Os investigados poderão responder pelos crimes de tráfico de drogas, associação para o tráfico, lavagem de capitais, organização criminosa e falsidade ideológica, cujas penas somadas podem ultrapassar 40 anos de prisão.

Os mandados foram expedidos pelo Juízo Estadual da 2ª Vara Criminal da Comarca de Vilhena/RO e há colaboração da Polícia Militar e do Ministério Público de Rondônia durante a deflagração da operação.

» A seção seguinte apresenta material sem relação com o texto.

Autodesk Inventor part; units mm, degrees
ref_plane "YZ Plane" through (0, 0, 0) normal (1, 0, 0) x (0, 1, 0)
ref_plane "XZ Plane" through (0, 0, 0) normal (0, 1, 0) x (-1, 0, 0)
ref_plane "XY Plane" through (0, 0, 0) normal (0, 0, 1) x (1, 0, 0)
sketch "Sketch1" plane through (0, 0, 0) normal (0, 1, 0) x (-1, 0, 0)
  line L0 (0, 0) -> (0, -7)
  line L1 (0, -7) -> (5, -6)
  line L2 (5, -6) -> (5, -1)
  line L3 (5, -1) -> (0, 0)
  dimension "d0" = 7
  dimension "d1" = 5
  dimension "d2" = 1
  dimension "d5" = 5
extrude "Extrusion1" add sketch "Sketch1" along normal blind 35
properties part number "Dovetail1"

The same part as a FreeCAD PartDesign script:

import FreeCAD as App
import Part
import Sketcher
Q = App.Units.Quantity


def add_polygon(sketch, points):
    """Adds a closed chain of lines whose ends are joined by coincident constraints."""
    first, n = sketch.GeometryCount, len(points)
    for a, b in zip(points, points[1:] + points[:1]):
        sketch.addGeometry(Part.LineSegment(App.Vector(*a, 0), App.Vector(*b, 0)), False)
    for i in range(n):
        sketch.addConstraint(Sketcher.Constraint("Coincident", first + i, 2, first + (i + 1) % n, 1))

doc = App.newDocument("Part")
body = doc.addObject("PartDesign::Body", "Body")

# Sketch on XZ plane
sketch1 = doc.addObject("Sketcher::SketchObject", "Sketch")
body.addObject(sketch1)
sketch1.AttachmentSupport = (doc.XZ_Plane, [""])
sketch1.MapMode = "FlatFace"
add_polygon(sketch1, [(-5, -1), (0, 0), (0, -7), (-5, -6)])  # lines 0-3
sketch1.addConstraint(Sketcher.Constraint("Vertical", 1))
sketch1.addConstraint(Sketcher.Constraint("Vertical", 3))
sketch1.addConstraint(Sketcher.Constraint("Coincident", 0, 2, -1, 1))
sketch1.addConstraint(Sketcher.Constraint("Equal", 0, 2))
sketch1.addConstraint(Sketcher.Constraint("DistanceY", 1, 2, 1, 1, Q("7 mm")))
sketch1.addConstraint(Sketcher.Constraint("DistanceY", 3, 1, 3, 2, Q("5 mm")))
sketch1.addConstraint(Sketcher.Constraint("DistanceX", 2, 2, -1, 1, Q("5 mm")))
pad1 = doc.addObject("PartDesign::Pad", "Pad")
body.addObject(pad1)
pad1.Profile = sketch1
pad1.Length = 35
pad1.Reversed = True

doc.recompute()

Em Rondônia foram cumpridos mandados de prisões preventivas e temporárias, além de buscas e apreensões nas seguintes cidades do Estado: Espigão do Oeste (14), Ariquemes (12), Rolim de Moura (08), Nova Brasilândia (03), Alta Floresta (02), São Miguel do Guaporé (02) e Jaru (02).

A operação foi denominada “Carga Prensada” em referência à forma como a droga era transportada em meio a cargas em veículos de grande porte.

Ostentação em redes sociais

Uma coisa que chamou a atenção da Polícia Federal é a ostentação exibida pelos integrantes em redes sociais. Cordões grossos e braceletes de ouro, jet esqui, veículos de alto luxo, viagens caras. Situações incompatíveis com um país que enfrenta uma das piores crises econômicas da história.

Com o decorrer das investigações, foi descoberto o vínculo dos integrantes com a facção criminosa carioca Comando Vermelho.

Fernandinho Beira-Mar – Foto: Divulgação

O Comando Vermelho em Rondônia

A facção criminosa carioca Comando Vermelho começou a se estabelecer em Rondônia de forma mais intensa a partir da transferência do chefe da facção Fernandinho Beira-Mar para a Penitenciária Federal de Porto Velho, em fevereiro de 2012.

O principal chefe do CV é dono de transportadora, fazendas e inúmeras empresas usadas como fachada para lavar o dinheiro e viabilizar o tráfico internacional e nacional de drogas.

O criminoso foi um dos responsáveis por transformar Rondônia em uma das principais rotas do narcotráfico nacional e internacional.

A Bolívia, vizinha do estado amazônico, é um dos principais países fornecedores de cocaína.

O transporte da droga, de Rondônia para o Brasil, é feito principalmente em caminhões de carga.